I do believe re-usability in a graph structure should promote uniqueness for attributes (at least, on a theoretical ground) but I'm really making my first steps with Neo4j.
So I was wondering if much more experienced developers could tell me about the pros and cons of using nodes instead of keys and putting the values (and eventual units) in the relation that ties them together ?
Hi Jonas,
interesting post and indeed very similar to my question from yesterday.
What do you mean by "modular", and why are you talking about classes?
In a labeled property graph, there are no classes (per se). There are nodes with one or more labels, and these labels correspond to classes just in one respect: They make it possible to refer to exactly the group of node with that label, as if they were "instances of a class", but the possible properties of those nodes don't depend in the least on the label. I think it's better to avoid talking about classes for that reason.
Technically it's perfectly valid to put values (and units) as properties on an edge that links to a node with the "meaning" of this pair. However, this way you get a lot of "super nodes" with lots of incoming links, like (:Attr {name:"temperature"}) that may be problematic in querying and visualization.
In "polygon", an ancient graph-based information system from the late 1990s, the modeling went like this:
(:FluidInContainer {name:"My cup of hot water"})-[:HAS_TEMPERATURE]->(:ValueNode {value:25,unit:"°C"})
This is something I had in mind in my other post. This has the charming side effect that you have a kind of reverse index right there inside the graph.
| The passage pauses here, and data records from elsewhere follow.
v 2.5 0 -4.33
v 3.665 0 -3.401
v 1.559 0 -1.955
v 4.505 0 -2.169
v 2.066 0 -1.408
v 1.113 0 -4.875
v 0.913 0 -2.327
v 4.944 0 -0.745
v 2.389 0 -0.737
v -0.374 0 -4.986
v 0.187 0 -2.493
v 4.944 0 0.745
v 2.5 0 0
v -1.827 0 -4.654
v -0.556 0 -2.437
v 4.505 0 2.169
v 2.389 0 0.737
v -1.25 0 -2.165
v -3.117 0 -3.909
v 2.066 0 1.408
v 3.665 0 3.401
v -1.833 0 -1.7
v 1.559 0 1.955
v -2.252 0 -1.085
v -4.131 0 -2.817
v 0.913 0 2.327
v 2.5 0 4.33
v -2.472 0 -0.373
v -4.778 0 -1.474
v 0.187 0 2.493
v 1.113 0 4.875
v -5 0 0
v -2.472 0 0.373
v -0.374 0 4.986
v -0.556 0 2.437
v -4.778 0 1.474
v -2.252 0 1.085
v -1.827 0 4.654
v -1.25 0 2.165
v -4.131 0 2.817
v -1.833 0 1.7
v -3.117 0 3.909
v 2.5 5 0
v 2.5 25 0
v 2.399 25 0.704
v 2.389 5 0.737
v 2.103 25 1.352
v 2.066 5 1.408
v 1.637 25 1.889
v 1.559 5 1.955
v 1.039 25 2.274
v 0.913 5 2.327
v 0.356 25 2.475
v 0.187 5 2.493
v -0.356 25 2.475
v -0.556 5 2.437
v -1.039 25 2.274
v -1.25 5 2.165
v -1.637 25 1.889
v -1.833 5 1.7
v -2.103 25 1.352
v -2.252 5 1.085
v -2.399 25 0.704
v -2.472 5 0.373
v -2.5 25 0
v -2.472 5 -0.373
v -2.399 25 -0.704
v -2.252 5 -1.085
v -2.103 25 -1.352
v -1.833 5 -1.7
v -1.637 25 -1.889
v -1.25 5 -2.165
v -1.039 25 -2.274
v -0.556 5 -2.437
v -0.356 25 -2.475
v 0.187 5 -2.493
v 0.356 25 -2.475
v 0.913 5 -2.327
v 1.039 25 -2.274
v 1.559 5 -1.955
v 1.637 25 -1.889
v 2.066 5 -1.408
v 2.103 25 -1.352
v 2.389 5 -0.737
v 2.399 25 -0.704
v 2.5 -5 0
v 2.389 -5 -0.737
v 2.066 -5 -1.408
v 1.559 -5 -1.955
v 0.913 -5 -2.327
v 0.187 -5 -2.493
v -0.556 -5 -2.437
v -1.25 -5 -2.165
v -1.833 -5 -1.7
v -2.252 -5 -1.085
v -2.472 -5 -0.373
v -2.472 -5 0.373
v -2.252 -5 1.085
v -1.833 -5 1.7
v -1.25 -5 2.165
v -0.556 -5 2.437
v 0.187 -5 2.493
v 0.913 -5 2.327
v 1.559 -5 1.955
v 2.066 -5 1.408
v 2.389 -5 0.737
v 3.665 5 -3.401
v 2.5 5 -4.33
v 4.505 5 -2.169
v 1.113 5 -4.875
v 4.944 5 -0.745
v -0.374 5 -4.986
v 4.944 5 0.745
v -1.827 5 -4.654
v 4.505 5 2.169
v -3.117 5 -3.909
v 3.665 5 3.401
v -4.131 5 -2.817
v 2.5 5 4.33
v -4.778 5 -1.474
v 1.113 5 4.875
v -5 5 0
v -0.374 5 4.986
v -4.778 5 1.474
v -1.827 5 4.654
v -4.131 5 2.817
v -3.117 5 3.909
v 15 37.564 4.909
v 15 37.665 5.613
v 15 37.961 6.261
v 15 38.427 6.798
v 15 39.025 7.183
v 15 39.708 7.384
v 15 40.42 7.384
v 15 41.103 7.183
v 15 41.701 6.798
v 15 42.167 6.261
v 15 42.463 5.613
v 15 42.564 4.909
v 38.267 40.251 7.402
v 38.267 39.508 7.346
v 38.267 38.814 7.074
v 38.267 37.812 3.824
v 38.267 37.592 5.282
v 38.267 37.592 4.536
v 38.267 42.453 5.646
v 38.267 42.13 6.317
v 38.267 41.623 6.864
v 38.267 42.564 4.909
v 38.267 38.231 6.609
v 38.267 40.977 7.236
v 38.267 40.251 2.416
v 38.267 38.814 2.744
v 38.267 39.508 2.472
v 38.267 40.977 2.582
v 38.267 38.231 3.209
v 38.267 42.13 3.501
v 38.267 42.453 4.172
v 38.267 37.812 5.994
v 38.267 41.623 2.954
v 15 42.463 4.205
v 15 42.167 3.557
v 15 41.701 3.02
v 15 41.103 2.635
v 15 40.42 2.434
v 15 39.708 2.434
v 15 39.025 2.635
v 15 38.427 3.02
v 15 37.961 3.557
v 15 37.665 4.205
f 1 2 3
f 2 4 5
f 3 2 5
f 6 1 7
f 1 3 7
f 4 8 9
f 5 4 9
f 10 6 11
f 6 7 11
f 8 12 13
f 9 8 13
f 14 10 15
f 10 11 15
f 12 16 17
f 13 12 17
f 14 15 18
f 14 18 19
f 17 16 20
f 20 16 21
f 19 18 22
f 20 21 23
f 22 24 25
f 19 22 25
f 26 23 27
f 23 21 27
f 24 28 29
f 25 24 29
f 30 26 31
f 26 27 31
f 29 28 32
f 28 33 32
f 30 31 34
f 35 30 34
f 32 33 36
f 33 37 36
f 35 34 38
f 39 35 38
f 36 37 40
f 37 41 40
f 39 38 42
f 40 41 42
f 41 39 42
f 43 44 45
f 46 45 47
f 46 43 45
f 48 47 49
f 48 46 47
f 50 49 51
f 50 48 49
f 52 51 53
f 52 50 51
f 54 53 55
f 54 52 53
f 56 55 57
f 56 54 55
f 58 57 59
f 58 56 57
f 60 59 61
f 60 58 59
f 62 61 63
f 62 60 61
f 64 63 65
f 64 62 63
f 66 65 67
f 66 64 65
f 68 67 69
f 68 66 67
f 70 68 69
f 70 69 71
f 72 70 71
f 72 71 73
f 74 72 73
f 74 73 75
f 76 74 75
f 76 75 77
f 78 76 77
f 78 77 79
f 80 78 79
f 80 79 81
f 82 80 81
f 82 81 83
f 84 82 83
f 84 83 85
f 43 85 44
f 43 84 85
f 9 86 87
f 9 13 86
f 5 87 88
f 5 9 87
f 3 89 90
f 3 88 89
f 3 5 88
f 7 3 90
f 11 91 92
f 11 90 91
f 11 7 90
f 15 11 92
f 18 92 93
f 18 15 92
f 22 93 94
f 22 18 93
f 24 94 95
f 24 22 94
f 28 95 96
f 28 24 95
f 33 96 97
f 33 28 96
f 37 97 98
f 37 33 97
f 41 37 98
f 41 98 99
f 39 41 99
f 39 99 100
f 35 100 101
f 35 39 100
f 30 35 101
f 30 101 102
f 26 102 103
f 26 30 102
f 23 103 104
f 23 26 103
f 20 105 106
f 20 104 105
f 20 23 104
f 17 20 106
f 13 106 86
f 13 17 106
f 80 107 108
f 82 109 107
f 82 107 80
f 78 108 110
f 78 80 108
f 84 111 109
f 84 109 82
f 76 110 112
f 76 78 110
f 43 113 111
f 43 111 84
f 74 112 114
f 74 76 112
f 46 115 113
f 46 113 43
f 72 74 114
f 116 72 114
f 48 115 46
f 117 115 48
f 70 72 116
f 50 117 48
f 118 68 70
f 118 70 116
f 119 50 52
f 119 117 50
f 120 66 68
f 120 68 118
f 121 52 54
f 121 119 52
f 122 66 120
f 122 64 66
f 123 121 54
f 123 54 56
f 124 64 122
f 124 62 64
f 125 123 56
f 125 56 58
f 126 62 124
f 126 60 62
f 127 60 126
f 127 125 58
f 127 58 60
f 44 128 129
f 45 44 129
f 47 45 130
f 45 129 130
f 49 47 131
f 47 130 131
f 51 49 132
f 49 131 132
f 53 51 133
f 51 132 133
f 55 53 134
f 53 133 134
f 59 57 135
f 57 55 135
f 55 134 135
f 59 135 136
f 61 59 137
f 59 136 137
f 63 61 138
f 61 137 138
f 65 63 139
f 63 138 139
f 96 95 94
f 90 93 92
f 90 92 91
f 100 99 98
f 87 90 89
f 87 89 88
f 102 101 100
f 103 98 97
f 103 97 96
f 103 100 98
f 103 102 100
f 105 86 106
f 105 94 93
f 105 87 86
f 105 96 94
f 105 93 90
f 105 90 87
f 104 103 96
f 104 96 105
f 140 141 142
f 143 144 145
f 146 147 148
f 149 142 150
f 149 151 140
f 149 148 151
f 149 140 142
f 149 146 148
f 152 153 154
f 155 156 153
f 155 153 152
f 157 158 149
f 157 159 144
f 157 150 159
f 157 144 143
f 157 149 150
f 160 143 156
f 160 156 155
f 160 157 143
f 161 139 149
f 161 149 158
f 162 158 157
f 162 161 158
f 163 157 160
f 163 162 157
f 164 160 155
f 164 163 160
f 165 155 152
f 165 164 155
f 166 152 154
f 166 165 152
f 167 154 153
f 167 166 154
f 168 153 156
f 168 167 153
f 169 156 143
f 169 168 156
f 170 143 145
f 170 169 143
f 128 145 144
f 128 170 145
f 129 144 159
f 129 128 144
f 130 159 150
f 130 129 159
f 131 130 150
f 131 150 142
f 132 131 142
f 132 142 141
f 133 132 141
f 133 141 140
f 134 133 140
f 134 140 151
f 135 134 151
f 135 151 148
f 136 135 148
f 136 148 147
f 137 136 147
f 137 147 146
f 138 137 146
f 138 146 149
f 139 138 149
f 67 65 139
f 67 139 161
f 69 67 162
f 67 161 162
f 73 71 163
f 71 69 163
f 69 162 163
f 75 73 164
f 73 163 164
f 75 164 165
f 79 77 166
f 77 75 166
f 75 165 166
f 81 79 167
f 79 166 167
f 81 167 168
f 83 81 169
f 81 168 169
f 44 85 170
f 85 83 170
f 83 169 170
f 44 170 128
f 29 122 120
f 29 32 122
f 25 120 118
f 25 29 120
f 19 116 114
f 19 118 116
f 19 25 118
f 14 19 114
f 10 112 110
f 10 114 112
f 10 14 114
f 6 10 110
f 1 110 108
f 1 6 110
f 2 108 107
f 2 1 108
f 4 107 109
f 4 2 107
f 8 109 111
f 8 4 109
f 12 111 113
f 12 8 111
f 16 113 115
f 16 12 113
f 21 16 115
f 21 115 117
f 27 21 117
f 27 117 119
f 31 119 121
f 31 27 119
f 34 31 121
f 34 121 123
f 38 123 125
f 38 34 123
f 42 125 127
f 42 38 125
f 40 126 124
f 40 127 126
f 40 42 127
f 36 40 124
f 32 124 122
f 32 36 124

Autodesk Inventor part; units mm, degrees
ref_plane "XZ Plane" through (0, 0, 0) normal (0, 1, 0) x (-1, 0, 0)
ref_plane "XY Plane" through (0, 0, 0) normal (0, 0, 1) x (1, 0, 0)
sketch "Sketch1" plane through (0, 0, 0) normal (0, 1, 0) x (-1, 0, 0)
  circle A0 centre (0, 0) radius 5
  dimension "d0" = 10
extrude "Extrusion1" add sketch "Sketch1" along normal blind 5
sketch "Sketch2" plane through (0, 0, 0) normal (0, -1, 0) x (1, 0, 0)
  circle A0 centre (0, 0) radius 2.5
  dimension "d3" = 5
extrude "Extrusion2" add sketch "Sketch2" along normal blind 5
sketch "Sketch3" plane through (0, 5, 0) normal (0, 1, 0) x (1, 0, 0)
  circle A0 centre (0, 0) radius 2.5
  dimension "d6" = 5
extrude "Extrusion3" add sketch "Sketch3" along normal blind 20
ref_plane "Work Plane1" through (15, 0, 0) normal (1, 0, 0) x (0, 1, 0)
sketch "Sketch6" plane through (15, 0, 0) normal (1, 0, 0) x (0, 1, 0)
  line L0 (25, -2.5) -> (25, 2.5) projected
  line L1 (25, 0) -> (40.064, 0)
  line L2 (40.064, 0) -> (40.064, 4.909)
  circle A0 centre (40.064, 4.909) radius 2.5
  point P0 (0, 0)
  dimension "d28" = 15.064
  dimension "d29" = 4.909
  dimension "d30" = 5
extrude "Extrusion6" add sketch "Sketch6" along normal blind 25
loft "Loft3" add section 1 edges at (-2.5, 25, 0) section 2 edges at (15, 37.564, 4.909)
sketch "Sketch7" plane through (40, 40.064, 4.909) normal (1, 0, 0) x (0, 0, -1)
  circle A0 centre (0, 0) radius 2.5
  point P0 (4.909, -40.064)
  dimension "d37" = 5
extrude "Extrusion7" cut sketch "Sketch7" against normal blind 1.733
properties part number "gud gear stand proto 1 2"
Example:
match (p:Person)-[:HAS_GIVENNAME]->(v:ValueNode) where v.value="Christoph" return p
But frankly I myself am still waiting for expert input on the subject.
Where are the pro modelers?
best regards,
Christoph
Let's take a step by step approach to answering this question.
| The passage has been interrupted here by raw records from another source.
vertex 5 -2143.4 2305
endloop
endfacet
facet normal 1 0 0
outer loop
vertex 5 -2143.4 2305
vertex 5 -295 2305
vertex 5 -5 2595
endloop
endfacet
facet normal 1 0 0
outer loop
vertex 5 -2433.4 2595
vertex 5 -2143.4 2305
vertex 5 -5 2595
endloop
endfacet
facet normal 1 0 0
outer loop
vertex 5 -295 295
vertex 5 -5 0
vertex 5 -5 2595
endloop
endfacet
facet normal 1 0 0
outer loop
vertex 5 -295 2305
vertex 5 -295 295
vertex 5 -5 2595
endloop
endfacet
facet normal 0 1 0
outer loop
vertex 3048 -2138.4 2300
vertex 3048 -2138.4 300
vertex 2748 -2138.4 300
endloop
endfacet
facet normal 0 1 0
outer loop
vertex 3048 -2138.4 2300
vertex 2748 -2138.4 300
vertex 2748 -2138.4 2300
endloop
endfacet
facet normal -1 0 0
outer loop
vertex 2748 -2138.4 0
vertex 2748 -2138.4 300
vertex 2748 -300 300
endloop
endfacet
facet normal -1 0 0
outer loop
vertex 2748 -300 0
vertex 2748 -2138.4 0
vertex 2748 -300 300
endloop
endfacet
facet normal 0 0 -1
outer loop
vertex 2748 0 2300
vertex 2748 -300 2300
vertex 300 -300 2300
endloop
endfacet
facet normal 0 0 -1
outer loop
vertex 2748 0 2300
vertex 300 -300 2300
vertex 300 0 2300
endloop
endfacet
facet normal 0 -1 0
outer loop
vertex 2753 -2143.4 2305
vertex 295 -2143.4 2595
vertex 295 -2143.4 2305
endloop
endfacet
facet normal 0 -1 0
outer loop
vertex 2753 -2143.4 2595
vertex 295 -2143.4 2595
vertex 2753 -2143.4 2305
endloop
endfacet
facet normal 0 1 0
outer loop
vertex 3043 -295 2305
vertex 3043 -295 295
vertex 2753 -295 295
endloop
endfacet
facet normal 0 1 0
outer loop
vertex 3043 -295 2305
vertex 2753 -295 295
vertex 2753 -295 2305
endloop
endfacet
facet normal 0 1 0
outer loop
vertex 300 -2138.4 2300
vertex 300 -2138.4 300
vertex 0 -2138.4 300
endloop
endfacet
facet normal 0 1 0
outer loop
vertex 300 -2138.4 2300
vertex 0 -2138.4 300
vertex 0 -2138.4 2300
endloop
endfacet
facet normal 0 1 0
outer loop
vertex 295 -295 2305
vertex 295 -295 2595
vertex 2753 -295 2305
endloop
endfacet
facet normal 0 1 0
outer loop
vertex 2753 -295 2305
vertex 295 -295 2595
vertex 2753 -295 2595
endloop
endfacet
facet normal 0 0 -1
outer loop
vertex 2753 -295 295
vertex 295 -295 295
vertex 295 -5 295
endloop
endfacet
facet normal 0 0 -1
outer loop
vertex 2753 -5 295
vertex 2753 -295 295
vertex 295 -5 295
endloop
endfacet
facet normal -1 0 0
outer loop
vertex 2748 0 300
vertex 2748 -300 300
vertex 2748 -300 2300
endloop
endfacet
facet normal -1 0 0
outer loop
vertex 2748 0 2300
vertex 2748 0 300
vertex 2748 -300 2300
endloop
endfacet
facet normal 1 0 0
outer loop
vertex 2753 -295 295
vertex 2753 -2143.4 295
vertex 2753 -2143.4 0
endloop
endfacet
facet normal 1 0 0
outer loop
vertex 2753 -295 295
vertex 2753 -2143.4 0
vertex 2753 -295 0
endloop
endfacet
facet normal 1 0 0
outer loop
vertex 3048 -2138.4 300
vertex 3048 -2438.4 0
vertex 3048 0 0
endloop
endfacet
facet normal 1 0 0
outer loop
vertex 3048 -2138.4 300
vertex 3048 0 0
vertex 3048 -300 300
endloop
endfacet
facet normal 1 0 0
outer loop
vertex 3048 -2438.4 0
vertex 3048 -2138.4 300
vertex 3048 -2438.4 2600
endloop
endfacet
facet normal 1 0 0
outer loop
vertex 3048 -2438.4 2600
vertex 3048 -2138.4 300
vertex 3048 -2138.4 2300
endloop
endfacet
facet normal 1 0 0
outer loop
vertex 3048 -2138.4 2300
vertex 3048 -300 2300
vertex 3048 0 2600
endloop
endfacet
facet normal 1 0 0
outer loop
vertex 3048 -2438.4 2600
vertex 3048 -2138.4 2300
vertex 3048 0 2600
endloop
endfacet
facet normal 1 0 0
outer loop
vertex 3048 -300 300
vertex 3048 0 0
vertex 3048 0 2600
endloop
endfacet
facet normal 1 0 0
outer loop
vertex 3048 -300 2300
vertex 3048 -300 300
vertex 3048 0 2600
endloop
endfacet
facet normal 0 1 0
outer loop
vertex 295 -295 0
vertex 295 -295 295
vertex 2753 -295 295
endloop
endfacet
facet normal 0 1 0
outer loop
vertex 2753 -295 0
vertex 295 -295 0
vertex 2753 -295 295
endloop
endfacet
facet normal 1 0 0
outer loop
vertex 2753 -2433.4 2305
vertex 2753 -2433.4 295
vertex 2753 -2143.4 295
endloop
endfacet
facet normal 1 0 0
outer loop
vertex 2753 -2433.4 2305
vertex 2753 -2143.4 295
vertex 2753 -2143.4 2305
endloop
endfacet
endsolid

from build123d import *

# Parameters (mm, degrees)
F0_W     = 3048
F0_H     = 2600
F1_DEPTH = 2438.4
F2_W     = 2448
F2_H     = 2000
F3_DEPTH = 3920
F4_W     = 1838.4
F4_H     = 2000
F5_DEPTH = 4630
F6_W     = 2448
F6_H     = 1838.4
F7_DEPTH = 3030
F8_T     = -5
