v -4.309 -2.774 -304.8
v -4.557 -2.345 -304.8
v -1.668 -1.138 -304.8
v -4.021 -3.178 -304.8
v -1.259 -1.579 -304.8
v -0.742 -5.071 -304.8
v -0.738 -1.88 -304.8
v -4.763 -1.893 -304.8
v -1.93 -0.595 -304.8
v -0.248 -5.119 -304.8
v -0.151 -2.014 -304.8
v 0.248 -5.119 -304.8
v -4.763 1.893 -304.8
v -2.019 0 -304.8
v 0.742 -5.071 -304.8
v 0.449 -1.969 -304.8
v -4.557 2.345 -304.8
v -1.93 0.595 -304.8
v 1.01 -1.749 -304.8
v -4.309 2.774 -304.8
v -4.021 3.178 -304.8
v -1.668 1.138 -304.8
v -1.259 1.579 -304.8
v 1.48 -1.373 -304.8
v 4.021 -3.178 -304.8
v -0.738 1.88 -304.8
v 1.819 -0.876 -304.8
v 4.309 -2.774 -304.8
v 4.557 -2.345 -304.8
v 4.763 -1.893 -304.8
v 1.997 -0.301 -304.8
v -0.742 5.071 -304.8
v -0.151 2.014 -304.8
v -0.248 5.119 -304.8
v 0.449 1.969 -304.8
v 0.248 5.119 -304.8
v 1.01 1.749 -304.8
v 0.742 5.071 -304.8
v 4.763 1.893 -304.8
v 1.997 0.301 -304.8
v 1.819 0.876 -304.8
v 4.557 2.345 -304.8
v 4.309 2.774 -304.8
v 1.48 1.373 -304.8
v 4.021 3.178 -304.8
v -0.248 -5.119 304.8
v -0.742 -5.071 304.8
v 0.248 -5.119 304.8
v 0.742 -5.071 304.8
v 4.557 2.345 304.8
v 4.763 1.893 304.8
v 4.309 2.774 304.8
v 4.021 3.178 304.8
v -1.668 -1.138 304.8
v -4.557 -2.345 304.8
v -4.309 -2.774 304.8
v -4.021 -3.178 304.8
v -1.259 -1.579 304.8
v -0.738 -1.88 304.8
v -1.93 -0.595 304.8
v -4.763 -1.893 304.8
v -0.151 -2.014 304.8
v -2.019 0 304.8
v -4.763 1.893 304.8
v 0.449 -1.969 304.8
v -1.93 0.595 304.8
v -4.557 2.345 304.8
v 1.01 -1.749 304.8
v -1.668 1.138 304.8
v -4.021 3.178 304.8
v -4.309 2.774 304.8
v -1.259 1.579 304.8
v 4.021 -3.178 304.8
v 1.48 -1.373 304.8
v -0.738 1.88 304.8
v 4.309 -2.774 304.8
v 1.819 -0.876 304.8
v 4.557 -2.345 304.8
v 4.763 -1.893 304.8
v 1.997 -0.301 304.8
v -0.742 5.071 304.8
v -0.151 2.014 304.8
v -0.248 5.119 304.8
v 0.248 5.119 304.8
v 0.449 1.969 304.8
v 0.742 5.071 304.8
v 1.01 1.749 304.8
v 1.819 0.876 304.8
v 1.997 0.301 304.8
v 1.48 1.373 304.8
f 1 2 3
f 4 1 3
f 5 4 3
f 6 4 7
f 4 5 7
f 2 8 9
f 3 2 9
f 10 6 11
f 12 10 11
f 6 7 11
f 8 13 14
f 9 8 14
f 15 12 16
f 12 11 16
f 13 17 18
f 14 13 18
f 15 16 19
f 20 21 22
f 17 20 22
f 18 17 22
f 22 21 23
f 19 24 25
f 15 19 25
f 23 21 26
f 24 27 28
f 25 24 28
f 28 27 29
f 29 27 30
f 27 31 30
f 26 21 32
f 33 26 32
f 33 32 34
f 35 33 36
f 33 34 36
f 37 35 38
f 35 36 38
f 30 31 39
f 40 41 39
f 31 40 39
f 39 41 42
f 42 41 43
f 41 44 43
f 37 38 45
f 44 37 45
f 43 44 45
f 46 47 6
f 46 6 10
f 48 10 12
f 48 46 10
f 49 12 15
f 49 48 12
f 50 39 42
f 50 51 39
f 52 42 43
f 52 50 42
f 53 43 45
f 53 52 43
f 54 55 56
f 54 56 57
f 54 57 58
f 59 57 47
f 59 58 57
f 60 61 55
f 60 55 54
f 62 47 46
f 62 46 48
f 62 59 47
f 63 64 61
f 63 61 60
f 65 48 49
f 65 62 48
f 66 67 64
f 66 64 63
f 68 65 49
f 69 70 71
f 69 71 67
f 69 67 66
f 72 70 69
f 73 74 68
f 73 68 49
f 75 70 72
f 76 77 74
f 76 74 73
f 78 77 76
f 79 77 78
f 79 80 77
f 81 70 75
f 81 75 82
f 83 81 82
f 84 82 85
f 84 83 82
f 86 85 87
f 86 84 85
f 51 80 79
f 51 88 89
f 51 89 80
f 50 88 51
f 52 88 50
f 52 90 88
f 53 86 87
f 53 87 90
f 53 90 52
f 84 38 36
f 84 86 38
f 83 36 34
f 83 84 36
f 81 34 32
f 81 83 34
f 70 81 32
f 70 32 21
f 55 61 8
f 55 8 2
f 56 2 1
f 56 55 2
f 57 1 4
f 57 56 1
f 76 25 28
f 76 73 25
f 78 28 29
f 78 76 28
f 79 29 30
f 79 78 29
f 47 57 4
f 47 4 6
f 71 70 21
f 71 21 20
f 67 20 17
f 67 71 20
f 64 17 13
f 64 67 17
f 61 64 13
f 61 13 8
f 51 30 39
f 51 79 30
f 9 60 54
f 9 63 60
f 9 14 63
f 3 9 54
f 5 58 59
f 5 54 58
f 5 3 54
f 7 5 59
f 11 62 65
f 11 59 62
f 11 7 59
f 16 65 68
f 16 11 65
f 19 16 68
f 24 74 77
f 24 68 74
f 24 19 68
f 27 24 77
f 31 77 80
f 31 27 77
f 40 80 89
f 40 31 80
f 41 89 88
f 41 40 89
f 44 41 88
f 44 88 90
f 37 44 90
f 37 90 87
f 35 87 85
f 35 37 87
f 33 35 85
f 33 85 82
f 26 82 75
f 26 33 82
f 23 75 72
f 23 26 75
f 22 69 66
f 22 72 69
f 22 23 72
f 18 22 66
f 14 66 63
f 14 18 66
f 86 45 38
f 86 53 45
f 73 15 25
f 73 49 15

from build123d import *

# Parameters (mm, degrees)
SKETCH2_R                            = 2.0193
BOSS_EXTRUDE1_DEPTH                  = 304.8
F_10_32_TAPPED_HOLE2_D               = 4.0386
F_10_32_TAPPED_HOLE2_DEPTH           = 16.34744
F_10_32_TAPPED_HOLE2_TIP             = 1.213317848
F_10_32_TAPPED_HOLE2_ON_FACE_2_D     = 4.0386
F_10_32_TAPPED_HOLE2_ON_FACE_2_DEPTH = 16.34744
F_10_32_TAPPED_HOLE2_ON_FACE_2_TIP   = 1.213317848


with BuildPart() as part:
    # Sketch2 → Boss-Extrude1 (new, symmetric)
    with BuildSketch(Plane.XY):
        with BuildLine():
            ThreePointArc((0.741687758, 5.071047688), (0, 5.125000037), (-0.741687758, 5.071047688))
            Line((-0.741687758, 5.071047688), (-4.020812242, 3.177844283))
            ThreePointArc((-4.020812242, 3.177844283), (-4.438380226, 2.562500019), (-4.7625, 1.893203404))
            Line((-4.7625, 1.893203404), (-4.7625, -1.893203404))
            ThreePointArc((-4.7625, -1.893203404), (-4.438380226, -2.562500019), (-4.020812242, -3.177844283))
            Line((-4.020812242, -3.177844283), (-0.741687758, -5.071047688))
            ThreePointArc((-0.741687758, -5.071047688), (0, -5.125000037), (0.741687758, -5.071047688))
            Line((0.741687758, -5.071047688), (4.020812242, -3.177844283))
            ThreePointArc((4.020812242, -3.177844283), (4.438380226, -2.562500019), (4.7625, -1.893203404))
            Line((4.7625, -1.893203404), (4.7625, 1.893203404))
            ThreePointArc((4.7625, 1.893203404), (4.438380226, 2.562500019), (4.020812242, 3.177844283))
            Line((4.020812242, 3.177844283), (0.741687758, 5.071047688))
        make_face()
        with Locations(Location((0, 0, 0), (0, 0, 180))):
            Circle(SKETCH2_R, mode=Mode.SUBTRACT)
    extrude(amount=BOSS_EXTRUDE1_DEPTH, both=True)

    # #10-32 Tapped Hole2
    with Locations(Plane(origin=(0, 0, -304.8), x_dir=(-1, 0, 0), z_dir=(0, 0, -1))):
        with Locations((0, 0)):
            Hole(F_10_32_TAPPED_HOLE2_D / 2, depth=F_10_32_TAPPED_HOLE2_DEPTH)
            with Locations((0, 0, -(F_10_32_TAPPED_HOLE2_DEPTH + F_10_32_TAPPED_HOLE2_TIP / 2))):  # 118° drill point
                Cone(0, F_10_32_TAPPED_HOLE2_D / 2, F_10_32_TAPPED_HOLE2_TIP, mode=Mode.SUBTRACT)

    # #10-32 Tapped Hole2 on face 2
    with Locations(Plane(origin=(0, 0, 304.8), x_dir=(-1, 0, 0), z_dir=(0, 0, -1))):
        with Locations((0, 0)):
            Hole(F_10_32_TAPPED_HOLE2_ON_FACE_2_D / 2, depth=F_10_32_TAPPED_HOLE2_ON_FACE_2_DEPTH)
            with Locations((0, 0, -(F_10_32_TAPPED_HOLE2_ON_FACE_2_DEPTH + F_10_32_TAPPED_HOLE2_ON_FACE_2_TIP / 2))):  # 118° drill point
                Cone(0, F_10_32_TAPPED_HOLE2_ON_FACE_2_D / 2, F_10_32_TAPPED_HOLE2_ON_FACE_2_TIP, mode=Mode.SUBTRACT)


solid = part.part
Properties on a Node can be indexed, whereas properties on a relationship cannot be indexed yet.
For eg: having dates on the relationship as property could help while filtering events.
Next, like @pingelsan said, having units of measurement like *C or *F as nodes could lead to extremely dense nodes.
MATCH (p:Person)-[:HAS_GIVENNAME]->(v:ValueNode) WHERE v.value="Christoph"
can be useful in the cases where some kind of entity resolution or de-deplication is taking place where a person with same given name and same SSN is creating multiple accounts or something like that.
MATCH (p:Person{name:"Christoph"}) -[:PURCHASED]-> (i:Item)
Here, having a relationship HAS_GIVENNAME in between Person and Item might not make sense since that is probably not the usecase we'll be looking at.
It will ultimately boil down to what you want to achieve with the data in your graph and the kind of queries you wish to run.